- Data records:
──────

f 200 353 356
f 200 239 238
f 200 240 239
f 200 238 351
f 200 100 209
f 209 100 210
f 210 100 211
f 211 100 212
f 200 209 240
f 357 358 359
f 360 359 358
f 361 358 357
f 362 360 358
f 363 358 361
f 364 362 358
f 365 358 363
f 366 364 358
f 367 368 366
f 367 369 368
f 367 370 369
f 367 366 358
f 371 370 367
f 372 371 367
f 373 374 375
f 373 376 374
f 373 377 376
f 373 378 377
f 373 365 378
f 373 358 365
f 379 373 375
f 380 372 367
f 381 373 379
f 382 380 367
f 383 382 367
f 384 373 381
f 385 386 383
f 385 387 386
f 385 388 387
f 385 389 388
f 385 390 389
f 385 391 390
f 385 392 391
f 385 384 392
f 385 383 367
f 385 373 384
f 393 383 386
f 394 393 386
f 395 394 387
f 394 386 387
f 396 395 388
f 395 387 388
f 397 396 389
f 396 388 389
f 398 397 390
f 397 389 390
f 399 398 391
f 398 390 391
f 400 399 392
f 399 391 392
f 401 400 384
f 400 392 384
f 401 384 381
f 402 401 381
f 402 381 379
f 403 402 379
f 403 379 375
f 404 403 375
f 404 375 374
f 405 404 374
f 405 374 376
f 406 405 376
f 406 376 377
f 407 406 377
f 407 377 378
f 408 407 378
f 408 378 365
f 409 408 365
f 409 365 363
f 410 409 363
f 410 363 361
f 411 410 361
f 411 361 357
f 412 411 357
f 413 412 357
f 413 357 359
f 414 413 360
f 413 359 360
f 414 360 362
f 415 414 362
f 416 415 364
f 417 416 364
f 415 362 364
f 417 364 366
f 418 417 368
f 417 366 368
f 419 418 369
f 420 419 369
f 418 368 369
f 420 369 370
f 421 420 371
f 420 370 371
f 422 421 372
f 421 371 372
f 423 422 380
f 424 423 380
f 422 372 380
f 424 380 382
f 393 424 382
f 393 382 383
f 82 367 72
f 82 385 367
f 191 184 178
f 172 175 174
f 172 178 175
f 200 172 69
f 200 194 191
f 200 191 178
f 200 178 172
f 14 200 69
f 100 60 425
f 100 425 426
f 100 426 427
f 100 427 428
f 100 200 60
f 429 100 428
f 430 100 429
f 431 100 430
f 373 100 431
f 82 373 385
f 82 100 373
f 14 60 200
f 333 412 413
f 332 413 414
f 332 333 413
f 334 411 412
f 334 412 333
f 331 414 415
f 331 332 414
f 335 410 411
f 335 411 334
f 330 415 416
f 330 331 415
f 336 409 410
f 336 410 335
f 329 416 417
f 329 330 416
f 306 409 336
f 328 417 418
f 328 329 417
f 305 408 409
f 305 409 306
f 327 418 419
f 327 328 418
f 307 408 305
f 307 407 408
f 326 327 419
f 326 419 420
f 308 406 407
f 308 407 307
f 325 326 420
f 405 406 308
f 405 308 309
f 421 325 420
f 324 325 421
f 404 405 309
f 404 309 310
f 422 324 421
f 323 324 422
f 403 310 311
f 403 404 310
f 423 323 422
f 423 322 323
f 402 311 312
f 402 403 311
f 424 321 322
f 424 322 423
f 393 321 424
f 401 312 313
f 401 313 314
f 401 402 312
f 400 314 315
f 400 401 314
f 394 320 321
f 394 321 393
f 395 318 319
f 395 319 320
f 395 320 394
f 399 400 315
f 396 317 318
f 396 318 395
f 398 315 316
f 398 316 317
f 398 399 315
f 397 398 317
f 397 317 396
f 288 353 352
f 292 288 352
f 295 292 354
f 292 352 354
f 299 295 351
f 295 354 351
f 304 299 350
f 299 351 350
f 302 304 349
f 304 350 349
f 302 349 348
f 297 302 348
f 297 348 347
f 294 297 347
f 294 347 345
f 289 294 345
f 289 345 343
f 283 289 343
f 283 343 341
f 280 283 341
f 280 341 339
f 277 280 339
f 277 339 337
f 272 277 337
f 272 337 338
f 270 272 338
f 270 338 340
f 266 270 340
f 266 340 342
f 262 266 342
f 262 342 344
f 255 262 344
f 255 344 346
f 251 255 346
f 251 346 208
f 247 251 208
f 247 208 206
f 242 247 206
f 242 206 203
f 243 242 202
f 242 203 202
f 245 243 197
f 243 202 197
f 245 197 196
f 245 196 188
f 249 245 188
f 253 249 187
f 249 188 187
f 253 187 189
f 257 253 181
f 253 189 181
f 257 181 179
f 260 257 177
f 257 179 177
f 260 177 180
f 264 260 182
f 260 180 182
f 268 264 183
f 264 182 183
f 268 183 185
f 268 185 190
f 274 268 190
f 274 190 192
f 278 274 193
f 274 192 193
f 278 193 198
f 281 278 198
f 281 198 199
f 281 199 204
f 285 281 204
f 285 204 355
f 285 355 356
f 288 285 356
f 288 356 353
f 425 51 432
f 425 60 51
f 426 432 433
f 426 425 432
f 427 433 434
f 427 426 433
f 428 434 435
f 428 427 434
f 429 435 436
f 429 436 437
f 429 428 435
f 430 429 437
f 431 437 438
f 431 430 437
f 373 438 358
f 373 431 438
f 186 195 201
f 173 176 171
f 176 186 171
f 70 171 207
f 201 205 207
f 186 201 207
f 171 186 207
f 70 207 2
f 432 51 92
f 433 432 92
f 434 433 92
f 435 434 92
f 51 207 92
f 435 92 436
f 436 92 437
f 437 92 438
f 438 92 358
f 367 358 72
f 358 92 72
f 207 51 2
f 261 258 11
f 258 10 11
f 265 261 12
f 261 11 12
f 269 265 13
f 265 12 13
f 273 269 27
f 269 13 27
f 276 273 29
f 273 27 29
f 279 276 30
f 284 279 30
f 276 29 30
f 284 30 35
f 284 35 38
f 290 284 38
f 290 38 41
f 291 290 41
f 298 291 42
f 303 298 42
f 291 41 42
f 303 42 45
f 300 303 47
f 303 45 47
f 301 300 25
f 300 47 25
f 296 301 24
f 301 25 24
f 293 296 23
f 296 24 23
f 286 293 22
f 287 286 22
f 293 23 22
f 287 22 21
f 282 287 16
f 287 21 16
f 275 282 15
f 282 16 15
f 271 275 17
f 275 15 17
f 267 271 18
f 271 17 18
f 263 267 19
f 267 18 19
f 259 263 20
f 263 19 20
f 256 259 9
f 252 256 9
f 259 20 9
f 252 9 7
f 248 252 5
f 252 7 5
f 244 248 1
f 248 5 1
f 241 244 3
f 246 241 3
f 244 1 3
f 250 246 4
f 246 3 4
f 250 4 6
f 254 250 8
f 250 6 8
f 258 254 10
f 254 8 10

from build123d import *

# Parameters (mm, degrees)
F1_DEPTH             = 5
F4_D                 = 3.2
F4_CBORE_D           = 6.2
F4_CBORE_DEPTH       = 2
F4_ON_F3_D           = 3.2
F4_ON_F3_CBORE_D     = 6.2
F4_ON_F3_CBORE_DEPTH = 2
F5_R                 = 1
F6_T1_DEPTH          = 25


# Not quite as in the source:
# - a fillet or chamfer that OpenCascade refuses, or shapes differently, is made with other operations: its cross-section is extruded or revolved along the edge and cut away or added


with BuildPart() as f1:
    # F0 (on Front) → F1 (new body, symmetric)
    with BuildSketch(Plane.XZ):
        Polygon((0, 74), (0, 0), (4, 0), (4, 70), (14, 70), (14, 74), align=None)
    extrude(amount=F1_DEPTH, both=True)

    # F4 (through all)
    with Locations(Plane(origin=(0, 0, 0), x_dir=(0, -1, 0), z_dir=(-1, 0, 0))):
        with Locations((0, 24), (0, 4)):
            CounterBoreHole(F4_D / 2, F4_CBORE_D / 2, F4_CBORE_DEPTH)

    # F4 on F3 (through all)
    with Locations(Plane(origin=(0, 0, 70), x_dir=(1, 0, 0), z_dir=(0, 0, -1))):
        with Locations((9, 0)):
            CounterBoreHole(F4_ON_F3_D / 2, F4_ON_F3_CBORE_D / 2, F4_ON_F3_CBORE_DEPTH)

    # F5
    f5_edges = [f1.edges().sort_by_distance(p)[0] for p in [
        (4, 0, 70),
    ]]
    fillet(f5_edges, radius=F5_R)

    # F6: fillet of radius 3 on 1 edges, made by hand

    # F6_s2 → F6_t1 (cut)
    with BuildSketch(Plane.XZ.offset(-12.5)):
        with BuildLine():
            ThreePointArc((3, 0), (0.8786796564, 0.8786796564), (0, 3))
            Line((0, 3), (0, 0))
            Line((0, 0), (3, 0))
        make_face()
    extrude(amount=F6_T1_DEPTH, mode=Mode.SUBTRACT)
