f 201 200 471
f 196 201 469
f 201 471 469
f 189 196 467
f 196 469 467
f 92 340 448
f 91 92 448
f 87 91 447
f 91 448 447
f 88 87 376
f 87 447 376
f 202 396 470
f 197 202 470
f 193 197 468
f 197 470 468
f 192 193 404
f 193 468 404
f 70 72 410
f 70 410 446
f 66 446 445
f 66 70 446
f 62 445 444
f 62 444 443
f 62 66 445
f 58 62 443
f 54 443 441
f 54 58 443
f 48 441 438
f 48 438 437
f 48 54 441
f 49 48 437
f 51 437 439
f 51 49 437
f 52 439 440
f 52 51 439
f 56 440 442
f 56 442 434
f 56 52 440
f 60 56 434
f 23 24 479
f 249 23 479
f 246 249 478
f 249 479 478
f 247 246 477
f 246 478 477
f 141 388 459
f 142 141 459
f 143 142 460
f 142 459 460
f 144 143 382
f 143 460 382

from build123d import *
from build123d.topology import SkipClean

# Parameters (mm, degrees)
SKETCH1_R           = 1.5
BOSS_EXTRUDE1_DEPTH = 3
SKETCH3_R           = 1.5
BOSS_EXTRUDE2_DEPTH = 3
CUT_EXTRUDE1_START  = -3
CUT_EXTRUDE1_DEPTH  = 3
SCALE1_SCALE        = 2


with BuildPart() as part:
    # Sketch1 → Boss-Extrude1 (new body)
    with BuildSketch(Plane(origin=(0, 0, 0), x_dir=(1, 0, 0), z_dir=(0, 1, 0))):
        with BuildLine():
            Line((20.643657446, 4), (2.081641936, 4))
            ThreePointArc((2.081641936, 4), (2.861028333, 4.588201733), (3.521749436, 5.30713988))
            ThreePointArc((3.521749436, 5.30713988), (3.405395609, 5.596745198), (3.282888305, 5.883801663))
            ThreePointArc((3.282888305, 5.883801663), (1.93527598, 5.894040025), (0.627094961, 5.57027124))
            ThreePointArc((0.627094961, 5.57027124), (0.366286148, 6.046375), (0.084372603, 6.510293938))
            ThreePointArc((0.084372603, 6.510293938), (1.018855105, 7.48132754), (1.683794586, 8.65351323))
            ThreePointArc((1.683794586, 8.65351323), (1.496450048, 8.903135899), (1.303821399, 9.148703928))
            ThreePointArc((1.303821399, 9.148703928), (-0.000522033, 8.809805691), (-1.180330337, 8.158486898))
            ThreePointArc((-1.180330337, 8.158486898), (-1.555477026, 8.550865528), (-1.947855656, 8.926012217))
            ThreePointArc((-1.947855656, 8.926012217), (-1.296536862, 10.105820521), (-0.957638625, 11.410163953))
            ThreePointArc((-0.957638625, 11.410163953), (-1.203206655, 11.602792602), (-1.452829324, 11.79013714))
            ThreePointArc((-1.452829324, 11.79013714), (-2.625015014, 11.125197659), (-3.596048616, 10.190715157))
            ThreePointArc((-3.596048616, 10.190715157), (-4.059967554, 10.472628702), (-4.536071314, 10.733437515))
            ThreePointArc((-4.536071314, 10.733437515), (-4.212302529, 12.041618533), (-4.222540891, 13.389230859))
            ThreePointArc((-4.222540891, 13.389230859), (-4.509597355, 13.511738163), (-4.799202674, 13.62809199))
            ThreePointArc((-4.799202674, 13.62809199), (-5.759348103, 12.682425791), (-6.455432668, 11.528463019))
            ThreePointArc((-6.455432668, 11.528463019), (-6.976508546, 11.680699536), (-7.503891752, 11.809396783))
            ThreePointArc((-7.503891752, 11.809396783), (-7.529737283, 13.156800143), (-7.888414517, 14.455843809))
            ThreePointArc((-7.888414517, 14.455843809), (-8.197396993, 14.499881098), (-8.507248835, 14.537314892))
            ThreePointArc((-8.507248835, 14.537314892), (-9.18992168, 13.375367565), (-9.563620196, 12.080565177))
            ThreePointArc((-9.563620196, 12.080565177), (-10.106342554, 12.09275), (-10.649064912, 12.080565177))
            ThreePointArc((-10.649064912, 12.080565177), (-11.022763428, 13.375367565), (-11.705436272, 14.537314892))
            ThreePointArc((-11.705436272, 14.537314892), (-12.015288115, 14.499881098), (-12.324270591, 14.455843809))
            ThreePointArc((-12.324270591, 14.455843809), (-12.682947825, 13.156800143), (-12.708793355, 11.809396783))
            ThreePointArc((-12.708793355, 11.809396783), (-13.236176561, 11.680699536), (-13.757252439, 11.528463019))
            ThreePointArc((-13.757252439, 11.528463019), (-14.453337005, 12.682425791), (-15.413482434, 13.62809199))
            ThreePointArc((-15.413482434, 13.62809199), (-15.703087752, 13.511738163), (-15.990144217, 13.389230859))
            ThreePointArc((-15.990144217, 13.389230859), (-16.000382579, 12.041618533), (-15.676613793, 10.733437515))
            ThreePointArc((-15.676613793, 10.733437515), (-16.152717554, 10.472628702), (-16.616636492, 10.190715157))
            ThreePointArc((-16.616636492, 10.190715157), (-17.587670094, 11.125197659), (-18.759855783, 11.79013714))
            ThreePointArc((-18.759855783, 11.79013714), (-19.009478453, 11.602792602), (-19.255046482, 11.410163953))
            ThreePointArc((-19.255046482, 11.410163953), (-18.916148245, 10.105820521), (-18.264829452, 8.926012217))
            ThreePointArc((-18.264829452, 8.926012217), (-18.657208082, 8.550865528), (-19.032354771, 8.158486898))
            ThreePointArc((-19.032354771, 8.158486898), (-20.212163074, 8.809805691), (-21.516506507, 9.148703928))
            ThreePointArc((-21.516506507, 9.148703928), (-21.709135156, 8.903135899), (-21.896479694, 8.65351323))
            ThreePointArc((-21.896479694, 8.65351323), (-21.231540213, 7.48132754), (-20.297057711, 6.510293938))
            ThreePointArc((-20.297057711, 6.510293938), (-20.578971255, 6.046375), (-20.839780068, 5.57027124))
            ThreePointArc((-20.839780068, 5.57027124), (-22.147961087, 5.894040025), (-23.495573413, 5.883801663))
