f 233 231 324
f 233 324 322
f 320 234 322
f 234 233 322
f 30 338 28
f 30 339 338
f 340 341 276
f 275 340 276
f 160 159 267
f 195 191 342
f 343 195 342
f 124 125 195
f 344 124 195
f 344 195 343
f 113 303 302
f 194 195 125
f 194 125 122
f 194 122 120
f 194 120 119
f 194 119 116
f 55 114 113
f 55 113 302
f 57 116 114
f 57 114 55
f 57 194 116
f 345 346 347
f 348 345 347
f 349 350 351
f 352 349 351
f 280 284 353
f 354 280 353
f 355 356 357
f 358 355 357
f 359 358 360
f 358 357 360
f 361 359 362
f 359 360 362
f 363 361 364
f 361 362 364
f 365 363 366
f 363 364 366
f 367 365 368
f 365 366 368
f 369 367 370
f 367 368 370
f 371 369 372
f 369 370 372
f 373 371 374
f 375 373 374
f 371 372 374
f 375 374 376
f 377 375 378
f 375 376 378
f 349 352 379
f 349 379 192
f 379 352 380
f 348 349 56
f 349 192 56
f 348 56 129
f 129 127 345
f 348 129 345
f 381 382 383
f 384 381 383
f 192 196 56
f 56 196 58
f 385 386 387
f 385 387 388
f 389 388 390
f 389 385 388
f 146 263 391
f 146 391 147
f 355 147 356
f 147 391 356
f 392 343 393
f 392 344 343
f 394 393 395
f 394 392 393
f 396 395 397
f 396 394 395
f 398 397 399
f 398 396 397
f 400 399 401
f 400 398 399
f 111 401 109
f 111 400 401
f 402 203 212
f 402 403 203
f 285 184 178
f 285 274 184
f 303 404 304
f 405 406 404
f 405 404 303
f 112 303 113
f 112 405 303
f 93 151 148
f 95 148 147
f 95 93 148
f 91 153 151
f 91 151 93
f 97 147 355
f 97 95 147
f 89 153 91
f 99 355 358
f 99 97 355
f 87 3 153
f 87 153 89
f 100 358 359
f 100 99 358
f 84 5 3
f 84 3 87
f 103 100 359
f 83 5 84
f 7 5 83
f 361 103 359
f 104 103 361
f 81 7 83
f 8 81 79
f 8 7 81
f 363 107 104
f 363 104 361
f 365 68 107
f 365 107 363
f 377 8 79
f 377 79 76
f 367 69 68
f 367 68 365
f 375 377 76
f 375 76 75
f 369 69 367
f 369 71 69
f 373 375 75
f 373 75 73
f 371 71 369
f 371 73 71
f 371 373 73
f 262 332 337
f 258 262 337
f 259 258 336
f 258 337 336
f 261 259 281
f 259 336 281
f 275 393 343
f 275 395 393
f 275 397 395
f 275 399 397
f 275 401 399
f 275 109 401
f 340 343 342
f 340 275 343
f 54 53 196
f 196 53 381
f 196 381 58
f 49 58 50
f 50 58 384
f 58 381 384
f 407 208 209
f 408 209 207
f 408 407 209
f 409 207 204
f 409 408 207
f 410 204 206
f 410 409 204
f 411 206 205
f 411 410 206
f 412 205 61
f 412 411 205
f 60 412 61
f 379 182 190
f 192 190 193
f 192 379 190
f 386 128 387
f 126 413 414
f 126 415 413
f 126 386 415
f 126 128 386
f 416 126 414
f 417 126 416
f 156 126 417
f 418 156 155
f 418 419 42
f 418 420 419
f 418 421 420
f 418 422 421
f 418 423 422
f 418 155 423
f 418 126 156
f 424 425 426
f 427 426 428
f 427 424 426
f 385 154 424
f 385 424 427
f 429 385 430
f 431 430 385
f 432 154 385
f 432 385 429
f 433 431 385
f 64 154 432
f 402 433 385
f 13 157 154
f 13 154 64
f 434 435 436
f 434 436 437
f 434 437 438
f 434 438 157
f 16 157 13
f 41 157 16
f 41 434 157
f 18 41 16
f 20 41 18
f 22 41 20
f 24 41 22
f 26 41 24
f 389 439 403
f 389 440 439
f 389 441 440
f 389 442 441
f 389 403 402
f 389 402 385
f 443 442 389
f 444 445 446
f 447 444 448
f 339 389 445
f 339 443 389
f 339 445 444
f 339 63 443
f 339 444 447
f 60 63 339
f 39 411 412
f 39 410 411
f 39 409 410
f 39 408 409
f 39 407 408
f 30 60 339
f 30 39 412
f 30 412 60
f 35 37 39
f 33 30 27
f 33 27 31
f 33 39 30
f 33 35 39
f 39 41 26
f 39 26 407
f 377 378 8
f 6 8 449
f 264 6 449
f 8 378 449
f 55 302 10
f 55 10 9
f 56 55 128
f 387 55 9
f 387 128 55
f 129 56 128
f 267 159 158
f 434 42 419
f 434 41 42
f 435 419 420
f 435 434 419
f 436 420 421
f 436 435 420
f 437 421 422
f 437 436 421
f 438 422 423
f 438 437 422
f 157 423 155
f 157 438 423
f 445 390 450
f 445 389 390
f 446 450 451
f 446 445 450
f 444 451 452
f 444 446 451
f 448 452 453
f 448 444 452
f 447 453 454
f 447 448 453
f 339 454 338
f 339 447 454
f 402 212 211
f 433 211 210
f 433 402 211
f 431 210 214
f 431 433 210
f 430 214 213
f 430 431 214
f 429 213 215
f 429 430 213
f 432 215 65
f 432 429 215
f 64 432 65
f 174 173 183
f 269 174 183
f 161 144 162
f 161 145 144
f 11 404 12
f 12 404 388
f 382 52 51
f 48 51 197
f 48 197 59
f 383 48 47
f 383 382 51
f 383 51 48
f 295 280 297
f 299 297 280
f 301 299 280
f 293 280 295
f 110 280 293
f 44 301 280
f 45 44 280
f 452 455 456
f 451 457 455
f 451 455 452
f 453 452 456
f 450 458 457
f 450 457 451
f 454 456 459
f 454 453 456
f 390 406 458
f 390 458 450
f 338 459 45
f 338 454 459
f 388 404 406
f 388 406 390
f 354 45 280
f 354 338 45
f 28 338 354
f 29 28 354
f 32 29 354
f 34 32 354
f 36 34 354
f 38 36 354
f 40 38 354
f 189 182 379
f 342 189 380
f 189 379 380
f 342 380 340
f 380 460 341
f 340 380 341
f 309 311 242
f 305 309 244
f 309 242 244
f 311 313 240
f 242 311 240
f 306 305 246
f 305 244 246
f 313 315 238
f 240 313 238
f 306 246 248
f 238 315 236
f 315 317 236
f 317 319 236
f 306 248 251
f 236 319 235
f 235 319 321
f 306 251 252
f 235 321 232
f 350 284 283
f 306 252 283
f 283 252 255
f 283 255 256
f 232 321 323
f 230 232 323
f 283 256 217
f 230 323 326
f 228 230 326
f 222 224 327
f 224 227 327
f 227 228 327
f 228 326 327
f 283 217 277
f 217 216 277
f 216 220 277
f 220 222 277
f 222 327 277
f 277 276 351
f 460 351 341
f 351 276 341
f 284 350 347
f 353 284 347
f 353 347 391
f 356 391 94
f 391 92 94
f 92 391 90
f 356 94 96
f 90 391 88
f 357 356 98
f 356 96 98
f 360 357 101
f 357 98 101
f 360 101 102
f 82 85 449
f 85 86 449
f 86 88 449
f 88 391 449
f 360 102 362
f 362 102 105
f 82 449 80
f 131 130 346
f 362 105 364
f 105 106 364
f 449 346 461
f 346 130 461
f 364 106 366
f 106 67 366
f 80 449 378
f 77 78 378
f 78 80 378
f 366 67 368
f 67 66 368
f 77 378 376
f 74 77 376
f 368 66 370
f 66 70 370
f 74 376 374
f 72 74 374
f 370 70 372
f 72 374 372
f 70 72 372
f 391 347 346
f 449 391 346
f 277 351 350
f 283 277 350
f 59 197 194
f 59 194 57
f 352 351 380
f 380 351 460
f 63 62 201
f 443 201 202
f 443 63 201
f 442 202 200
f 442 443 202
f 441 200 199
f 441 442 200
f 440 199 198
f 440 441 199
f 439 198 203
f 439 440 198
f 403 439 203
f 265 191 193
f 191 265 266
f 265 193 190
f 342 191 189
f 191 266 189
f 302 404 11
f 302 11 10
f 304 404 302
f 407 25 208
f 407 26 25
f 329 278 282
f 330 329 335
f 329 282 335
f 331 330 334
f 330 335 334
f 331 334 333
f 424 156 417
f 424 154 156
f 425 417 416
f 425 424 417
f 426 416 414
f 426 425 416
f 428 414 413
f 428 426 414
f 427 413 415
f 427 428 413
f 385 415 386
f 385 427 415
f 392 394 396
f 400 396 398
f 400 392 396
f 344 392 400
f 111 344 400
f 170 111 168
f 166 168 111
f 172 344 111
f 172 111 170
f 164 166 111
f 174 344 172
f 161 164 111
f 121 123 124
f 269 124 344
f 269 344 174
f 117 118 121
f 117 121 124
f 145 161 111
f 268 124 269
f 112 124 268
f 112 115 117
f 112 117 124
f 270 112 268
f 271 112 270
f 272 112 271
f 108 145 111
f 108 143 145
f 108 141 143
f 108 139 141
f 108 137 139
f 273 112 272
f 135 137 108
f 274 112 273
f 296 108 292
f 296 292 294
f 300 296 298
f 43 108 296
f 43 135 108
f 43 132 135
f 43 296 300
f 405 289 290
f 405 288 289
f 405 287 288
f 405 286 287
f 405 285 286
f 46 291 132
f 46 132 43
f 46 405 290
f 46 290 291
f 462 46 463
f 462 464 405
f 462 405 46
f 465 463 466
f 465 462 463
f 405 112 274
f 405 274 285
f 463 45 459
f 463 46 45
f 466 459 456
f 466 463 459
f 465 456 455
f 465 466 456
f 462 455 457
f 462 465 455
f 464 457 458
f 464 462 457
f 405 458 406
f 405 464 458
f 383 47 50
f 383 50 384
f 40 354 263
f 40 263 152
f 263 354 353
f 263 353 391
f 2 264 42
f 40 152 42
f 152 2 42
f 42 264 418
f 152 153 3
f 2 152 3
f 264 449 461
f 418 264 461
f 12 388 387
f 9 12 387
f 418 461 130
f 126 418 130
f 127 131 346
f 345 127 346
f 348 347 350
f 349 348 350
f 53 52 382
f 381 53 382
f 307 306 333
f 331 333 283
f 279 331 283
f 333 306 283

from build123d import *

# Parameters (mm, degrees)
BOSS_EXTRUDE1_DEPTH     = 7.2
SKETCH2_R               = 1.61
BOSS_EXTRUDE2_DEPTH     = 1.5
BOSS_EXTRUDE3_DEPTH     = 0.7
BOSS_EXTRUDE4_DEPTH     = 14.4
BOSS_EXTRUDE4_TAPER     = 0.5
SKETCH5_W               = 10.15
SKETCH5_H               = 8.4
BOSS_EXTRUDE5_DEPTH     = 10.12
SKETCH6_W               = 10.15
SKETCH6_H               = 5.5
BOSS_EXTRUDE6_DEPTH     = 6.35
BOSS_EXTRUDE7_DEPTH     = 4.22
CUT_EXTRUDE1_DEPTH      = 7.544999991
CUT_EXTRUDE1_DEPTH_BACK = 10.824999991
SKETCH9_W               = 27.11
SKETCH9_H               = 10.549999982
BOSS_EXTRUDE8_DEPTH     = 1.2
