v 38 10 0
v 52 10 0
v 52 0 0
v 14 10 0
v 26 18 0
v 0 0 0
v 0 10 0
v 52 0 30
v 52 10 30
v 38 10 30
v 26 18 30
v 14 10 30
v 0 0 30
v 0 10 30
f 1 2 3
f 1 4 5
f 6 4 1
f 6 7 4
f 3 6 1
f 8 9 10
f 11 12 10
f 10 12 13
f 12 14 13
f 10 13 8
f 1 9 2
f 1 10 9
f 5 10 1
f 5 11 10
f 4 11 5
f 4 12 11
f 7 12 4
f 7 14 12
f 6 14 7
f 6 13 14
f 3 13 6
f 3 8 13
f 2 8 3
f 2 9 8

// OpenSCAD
$fn = 32;

// ----------------------------------------------------------------------
// V guide rail: vrib, 52 mm wide
// ----------------------------------------------------------------------

// --- parameters (mm) ---
rail_w = 52;              // rail width, X
base_t = 10;              // base plate thickness
v_depth = 8;              // V feature depth / height
v_half_w = 12;            // half width of the V at the base face
plate_t = 30;             // rail length, Z (the extrusion height)

profile = [[0, 0], [52, 0], [52, 10], [38, 10], [26, 18], [14, 10], [0, 10]];  // primary outline, 7 points, counter clockwise

// --- the one profile operation ---
linear_extrude(height = plate_t) polygon(points = profile);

──────

- EXERCISE OBJECTIVE: Reproduce only the lines above, starting at the line with "f 39 409 410" and ending at the line with "f 438 437 422", exactly as written.

- WRITTEN RESPONSE:
f 39 409 410
f 39 408 409
f 39 407 408
f 30 60 339
f 30 39 412
f 30 412 60
f 35 37 39
f 33 30 27
f 33 27 31
f 33 39 30
f 33 35 39
f 39 41 26
f 39 26 407
f 377 378 8
f 6 8 449
f 264 6 449
f 8 378 449
f 55 302 10
f 55 10 9
f 56 55 128
f 387 55 9
f 387 128 55
f 129 56 128
f 267 159 158
f 434 42 419
f 434 41 42
f 435 419 420
f 435 434 419
f 436 420 421
f 436 435 420
f 437 421 422
f 437 436 421
f 438 422 423
f 438 437 422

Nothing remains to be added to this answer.